Wikipedia's output is not an argument for consuming <cite>. In fact, what 
they're doing is an argument against keeping <cite> for that purpose: they 
are explicitly overriding the only behaviour <cite> gives them (italics) 
and then going out of their way to reintroduce that effect on a <span>! If 
that's not an argument for changing the meaning of <cite> to something 
more convenient, I don't know what is.


> > > In addition, the comments at zeldman.com use <cite> to reference 
> > > authors of comments. While that specific example is younger than 
> > > HTML5, this is merely an example of a relatively common use-case for 
> > > <cite> that does not use it to signify "title of work."
> >
> > As I said, the most common use of <cite> is to mark up italics. I 
> > agree entirely that it's misused.
> 
> I haven't said that it's misused. I apologize that you have 
> misunderstood me. I have repeatedly and consistently contended that 
> <cite> should be used for more than just titles. I believe that 
> Zeldman's use is perfectly appropriate and correctly used.

I disagree. I view it as an example of semantic markup for the sake of it. 
We can be more helpful to authors.


> > Blog commenters don't need to be marked up any differently than the 
> > number of the comment -- that's a stylistic issue that varies from 
> > blog to blog. I don't see the need for an element specifically for 
> > people commenting on blogs. In most blogs that I've seen, the name 
> > isn't even highlighted in any particular fashion.
> 
> Again, this isn't just about citing people or "blog commenters"; this 
> was just an example of a current, non-title, and correct use of <cite> 
> according to current specifications. (And why does it matter if 
> something is particularly highlighted? Is HTML supposed to be a 
> presentational language?

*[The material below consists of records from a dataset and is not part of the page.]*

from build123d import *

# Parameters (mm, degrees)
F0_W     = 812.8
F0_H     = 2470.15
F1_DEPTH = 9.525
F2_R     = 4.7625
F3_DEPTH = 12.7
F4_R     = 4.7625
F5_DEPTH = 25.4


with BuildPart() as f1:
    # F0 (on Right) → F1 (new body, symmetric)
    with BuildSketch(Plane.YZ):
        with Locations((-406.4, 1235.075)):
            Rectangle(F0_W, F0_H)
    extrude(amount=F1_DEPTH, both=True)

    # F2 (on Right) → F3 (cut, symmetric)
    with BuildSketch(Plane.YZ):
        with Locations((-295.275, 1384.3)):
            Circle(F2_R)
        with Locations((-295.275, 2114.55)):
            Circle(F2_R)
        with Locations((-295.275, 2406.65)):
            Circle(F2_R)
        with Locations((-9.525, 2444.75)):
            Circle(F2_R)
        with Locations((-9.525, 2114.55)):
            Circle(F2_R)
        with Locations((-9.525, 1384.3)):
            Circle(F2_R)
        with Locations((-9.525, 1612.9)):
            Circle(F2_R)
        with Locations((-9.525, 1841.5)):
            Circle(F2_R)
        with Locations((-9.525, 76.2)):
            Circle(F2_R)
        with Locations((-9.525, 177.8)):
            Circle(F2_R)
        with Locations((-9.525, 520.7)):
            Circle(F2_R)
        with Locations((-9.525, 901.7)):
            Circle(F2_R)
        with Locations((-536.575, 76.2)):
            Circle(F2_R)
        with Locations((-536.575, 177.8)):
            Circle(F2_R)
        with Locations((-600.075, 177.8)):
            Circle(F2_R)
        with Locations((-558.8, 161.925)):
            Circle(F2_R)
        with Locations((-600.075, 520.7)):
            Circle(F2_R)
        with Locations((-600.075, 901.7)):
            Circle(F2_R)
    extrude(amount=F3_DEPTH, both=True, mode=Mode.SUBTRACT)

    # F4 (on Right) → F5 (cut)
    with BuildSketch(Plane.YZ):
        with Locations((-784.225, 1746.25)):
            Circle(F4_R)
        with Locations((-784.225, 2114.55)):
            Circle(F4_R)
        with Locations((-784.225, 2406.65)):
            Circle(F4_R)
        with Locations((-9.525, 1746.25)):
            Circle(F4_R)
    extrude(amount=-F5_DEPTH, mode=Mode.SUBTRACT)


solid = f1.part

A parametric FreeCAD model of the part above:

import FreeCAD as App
import Part
import Sketcher
from FreeCAD import Vector
Q = App.Units.Quantity


def add_polygon(sketch, points):
    """Adds a closed chain of lines whose ends are joined by coincident constraints."""
    first, n = sketch.GeometryCount, len(points)
    for a, b in zip(points, points[1:] + points[:1]):
        sketch.addGeometry(Part.LineSegment(App.Vector(*a, 0), App.Vector(*b, 0)), False)
    for i in range(n):
        sketch.addConstraint(Sketcher.Constraint("Coincident", first + i, 2, first + (i + 1) % n, 1))

doc = App.newDocument("Part")
body = doc.addObject("PartDesign::Body", "Body")

sketch1 = body.newObject("Sketcher::SketchObject", "Sketch")
sketch1.AttachmentSupport = (doc.getObject("YZ_Plane"), [""])
sketch1.MapMode = "FlatFace"
add_polygon(sketch1, [(-813, 2470), (-813, 0), (0, 0), (0, 2470)])
sketch1.addConstraint(Sketcher.Constraint("Vertical", 0))
sketch1.addConstraint(Sketcher.Constraint("Horizontal", 1))
sketch1.addConstraint(Sketcher.Constraint("Vertical", 2))
sketch1.addConstraint(Sketcher.Constraint("Horizontal", 3))
sketch1.addConstraint(Sketcher.Constraint("Coincident", 1, 2, -1, 1))
sketch1.addConstraint(Sketcher.Constraint("DistanceX", 1, 1, 1, 2, Q("32 in")))
sketch1.addConstraint(Sketcher.Constraint("DistanceY", 0, 2, 0, 1, Q("97.25 in")))
pad1 = body.newObject("PartDesign::Pad", "Pad")
pad1.Profile = sketch1
pad1.Length = Q("0.75 in")
pad1.Midplane = True

sketch2 = body.newObject("Sketcher::SketchObject", "Sketch001")
sketch2.AttachmentSupport = (doc.getObject("YZ_Plane"), [""])
sketch2.MapMode = "FlatFace"
sketch2.addGeometry(Part.Circle(Vector(-295.3, 1384.3, 0), Vector(0, 0, 1), 4.8), False)
sketch2.addGeometry(Part.Circle(Vector(-295.3, 2114.6, 0), Vector(0, 0, 1), 4.8), False)
sketch2.addGeometry(Part.Circle(Vector(-295.3, 2406.7, 0), Vector(0, 0, 1), 4.8), False)
sketch2.addGeometry(Part.Circle(Vector(-9.5, 2444.8, 0), Vector(0, 0, 1), 4.8), False)
sketch2.addGeometry(Part.Circle(Vector(-9.5, 2114.6, 0), Vector(0, 0, 1), 4.8), False)
sketch2.addGeometry(Part.Circle(Vector(-9.5, 1384.3, 0), Vector(0, 0, 1), 4.8), False)
sketch2.addGeometry(Part.Circle(Vector(-9.5, 1612.9, 0), Vector(0, 0, 1), 4.8), False)
sketch2.addGeometry(Part.Circle(Vector(-9.5, 1841.5, 0), Vector(0, 0, 1), 4.8), False)
sketch2.addGeometry(Part.Circle(Vector(-9.5, 76.2, 0), Vector(0, 0, 1), 4.8), False)
sketch2.addGeometry(Part.Circle(Vector(-9.5, 177.8, 0), Vector(0, 0, 1), 4.8), False)
sketch2.addGeometry(Part.Circle(Vector(-9.5, 520.7, 0), Vector(0, 0, 1), 4.8), False)
sketch2.addGeometry(Part.Circle(Vector(-9.5, 901.7, 0), Vector(0, 0, 1), 4.8), False)
sketch2.addGeometry(Part.Circle(Vector(-536.6, 76.2, 0), Vector(0, 0, 1), 4.8), False)
sketch2.addGeometry(Part.Circle(Vector(-536.6, 177.8, 0), Vector(0, 0, 1), 4.8), False)
sketch2.addGeometry(Part.Circle(Vector(-600.1, 177.8, 0), Vector(0, 0, 1), 4.8), False)
sketch2.addGeometry(Part.Circle(Vector(-558.8, 161.9, 0), Vector(0, 0, 1), 4.8), False)
sketch2.addGeometry(Part.Circle(Vector(-600.1, 520.7, 0), Vector(0, 0, 1), 4.8), False)
sketch2.addGeometry(Part.Circle(Vector(-600.1, 901.7, 0), Vector(0, 0, 1), 4.8), False)
sketch2.addConstraint(Sketcher.Constraint("Equal", 0, 1))
sketch2.addConstraint(Sketcher.Constraint("Equal", 1, 2))
sketch2.addConstraint(Sketcher.Constraint("Equal", 2, 3))
sketch2.addConstraint(Sketcher.Constraint("Equal", 3, 4))
sketch2.addConstraint(Sketcher.Constraint("Equal", 4, 5))
sketch2.addConstraint(Sketcher.Constraint("Equal", 5, 6))
sketch2.addConstraint(Sketcher.Constraint("Equal", 6, 7))
sketch2.addConstraint(Sketcher.Constraint("Equal", 7, 8))
sketch2.addConstraint(Sketcher.Constraint("Equal", 8, 9))
sketch2.addConstraint(Sketcher.Constraint("Equal", 9, 10))
sketch2.addConstraint(Sketcher.Constraint("Equal", 10, 11))
sketch2.addConstraint(Sketcher.Constraint("Equal", 11, 12))
sketch2.addConstraint(Sketcher.Constraint("Equal", 12, 13))
sketch2.addConstraint(Sketcher.Constraint("Equal", 13, 14))
sketch2.addConstraint(Sketcher.Constraint("Equal", 14, 15))
sketch2.addConstraint(Sketcher.Constraint("Equal", 15, 16))
sketch2.addConstraint(Sketcher.Constraint("Equal", 16, 17))
sketch2.addConstraint(Sketcher.Constraint("Horizontal", 1, 3, 4, 3))
sketch2.addConstraint(Sketcher.Constraint("Horizontal", 0, 3, 5, 3))
sketch2.addConstraint(Sketcher.Constraint("Horizontal", 8, 3, 12, 3))
sketch2.addConstraint(Sketcher.Constraint("Horizontal", 9, 3, 13, 3))
sketch2.addConstraint(Sketcher.Constraint("Horizontal", 13, 3, 14, 3))
sketch2.addConstraint(Sketcher.Constraint("Horizontal", 10, 3, 16, 3))
sketch2.addConstraint(Sketcher.Constraint("Horizontal", 11, 3, 17, 3))
sketch2.addConstraint(Sketcher.Constraint("Vertical", 0, 3, 1, 3))
sketch2.addConstraint(Sketcher.Constraint("Vertical", 1, 3, 2, 3))
sketch2.addConstraint(Sketcher.Constraint("Vertical", 3, 3, 4, 3))
sketch2.addConstraint(Sketcher.Constraint("Vertical", 4, 3, 5, 3))
sketch2.addConstraint(Sketcher.Constraint("Vertical", 5, 3, 6, 3))
sketch2.addConstraint(Sketcher.Constraint("Vertical", 6, 3, 7, 3))
sketch2.addConstraint(Sketcher.Constraint("Vertical", 7, 3, 8, 3))
sketch2.addConstraint(Sketcher.Constraint("Vertical", 8, 3, 9, 3))
sketch2.addConstraint(Sketcher.Constraint("Vertical", 9, 3, 10, 3))
sketch2.addConstraint(Sketcher.Constraint("Vertical", 10, 3, 11, 3))
sketch2.addConstraint(Sketcher.Constraint("Vertical", 12, 3, 13, 3))
sketch2.addConstraint(Sketcher.Constraint("Vertical", 14, 3, 16, 3))
sketch2.addConstraint(Sketcher.Constraint("Vertical", 16, 3, 17, 3))
sketch2.addConstraint(Sketcher.Constraint("Diameter", 0, Q("0.375 in")))
sketch2.addConstraint(Sketcher.Constraint("DistanceY", -1, 1, 8, 3, Q("3 in")))
sketch2.addConstraint(Sketcher.Constraint("DistanceY", -1, 1, 9, 3, Q("7 in")))
sketch2.addConstraint(Sketcher.Constraint("DistanceX", 15, 3, -1, 1, Q("22 in")))
sketch2.addConstraint(Sketcher.Constraint("DistanceY", 1, 3, 3, 3, Q("13 in")))
sketch2.addConstraint(Sketcher.Constraint("DistanceY", 5, 3, 6, 3, Q("9 in")))
sketch2.addConstraint(Sketcher.Constraint("DistanceY", 6, 3, 7, 3, Q("9 in")))
sketch2.addConstraint(Sketcher.Constraint("DistanceY", 10, 3, 5, 3, Q("34 in")))
sketch2.addConstraint(Sketcher.Constraint("DistanceY", 10, 3, 11, 3, Q("15 in")))
sketch2.addConstraint(Sketcher.Constraint("DistanceX", 17, 3, 0, 3, Q("12 in")))
sketch2.addConstraint(Sketcher.Constraint("DistanceY", -1, 1, 0, 3, Q("54.5 in")))
sketch2.addConstraint(Sketcher.Constraint("DistanceY", 1, 3, 2, 3, Q("11.5 in")))
sketch2.addConstraint(Sketcher.Constraint("DistanceX", 12, 3, 0, 3, Q("9.5 in")))
sketch2.addConstraint(Sketcher.Constraint("DistanceY", -1, 1, 1, 3, Q("83.25 in")))
sketch2.addConstraint(Sketcher.Constraint("DistanceX", 2, 3, 3, 3, Q("11.25 in")))
sketch2.addConstraint(Sketcher.Constraint("DistanceX", 0, 3, -1, 1, Q("11.625 in")))
sketch2.addConstraint(Sketcher.Constraint("DistanceY", -1, 1, 15, 3, Q("6.375 in")))
pocket1 = body.newObject("PartDesign::Pocket", "Pocket")
pocket1.Profile = sketch2
pocket1.Length = Q("1 in")
pocket1.Midplane = True

sketch3 = body.newObject("Sketcher::SketchObject", "Sketch002")
sketch3.AttachmentSupport = (doc.getObject("YZ_Plane"), [""])
sketch3.MapMode = "FlatFace"
sketch3.addGeometry(Part.Circle(Vector(-784.2, 1746.2, 0), Vector(0, 0, 1), 4.8), False)
sketch3.addGeometry(Part.Circle(Vector(-784.2, 2114.6, 0), Vector(0, 0, 1), 4.8), False)
sketch3.addGeometry(Part.Circle(Vector(-784.2, 2406.7, 0), Vector(0, 0, 1), 4.8), False)
sketch3.addGeometry(Part.Circle(Vector(-9.5, 1746.2, 0), Vector(0, 0, 1), 4.8), False)
sketch3.addConstraint(Sketcher.Constraint("Equal", 0, 1))
sketch3.addConstraint(Sketcher.Constraint("Equal", 1, 2))
sketch3.addConstraint(Sketcher.Constraint("Equal", 2, 3))
sketch3.addConstraint(Sketcher.Constraint("Horizontal", 0, 3, 3, 3))
sketch3.addConstraint(Sketcher.Constraint("Vertical", 0, 3, 1, 3))
sketch3.addConstraint(Sketcher.Constraint("Vertical", 1, 3, 2, 3))
sketch3.addConstraint(Sketcher.Constraint("Diameter", 0, Q("0.375 in")))
sketch3.addConstraint(Sketcher.Constraint("DistanceY", 0, 3, 2, 3, Q("26 in")))
sketch3.addConstraint(Sketcher.Constraint("DistanceY", 0, 3, 1, 3, Q("14.5 in")))
sketch3.addConstraint(Sketcher.Constraint("DistanceX", 0, 3, 3, 3, Q("30.5 in")))
sketch3.addConstraint(Sketcher.Constraint("DistanceY", -1, 1, 0, 3, Q("68.75 in")))
sketch3.addConstraint(Sketcher.Constraint("DistanceX", 0, 3, -1, 1, Q("30.875 in")))
pocket2 = body.newObject("PartDesign::Pocket", "Pocket001")
pocket2.Profile = sketch3
pocket2.Length = Q("1 in")

doc.recompute()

Why limit <cite> to the place of a 
> presentational element?)

The only use case I'm aware of for <cite> is as a media-independent 
presentation hook, yes.


> > > Existing tools that treat <cite> exclusively as "title of work" do 
> > > so against every HTML specification out there (i.e., HTML 4.01 and 
> > > earlier).
> >
> > Existing tools generally have had very few problems in finding ways to 
> > do things against every HTML specification out there. Over 90% of all 
> > content on the Web is syntactically invalid in some way, and I'm sure 
> > that more than 10% of content on the Web is generated by tools.
> 
> Yes, and one of those tools is Wikipedia, which wraps entire citations 
> in the <cite> element, not just titles. It correctly follows current 
> HTML specifications in using <cite> to identify a citation.

Upgrading Wikipedia to HTML5's definitions will simplify Wikipedia. This 
seems like a net win.


> > > > Indeed, there is a lot of misuse of the element -- as alternatives 
> > > > for <q>, <i>, <em>, and HTML5's meaning of <cite>, in particular.
> > > >
> > > > Expanding it to cover the meanings of <q>, <i>, and <em> doesn't 
> > > > seem as useful as expanding it just to cover works.
> > >
> > > I believe you mean "limiting it just to cover works" here.
> >
> > I meant expanding it, since not all titles of works are citations.
> 
> Any reference to a title of a work is by definition a citation. 
> Therefore you are limiting <cite> to a subset of citation.

I disagree with your definition of "citation".


> > As a first approximation, titles are italics, and names are not. I 
> > think that's a far closer approximation of typographical conventions 
> > than lumping titles and names together into one default style.
> 
> This doesn't seem to be an issue for you with the reuse of <legend> in 
> another context, even though it is broken. So why is it an issue here? 
> (And again, titles are not always in italics.)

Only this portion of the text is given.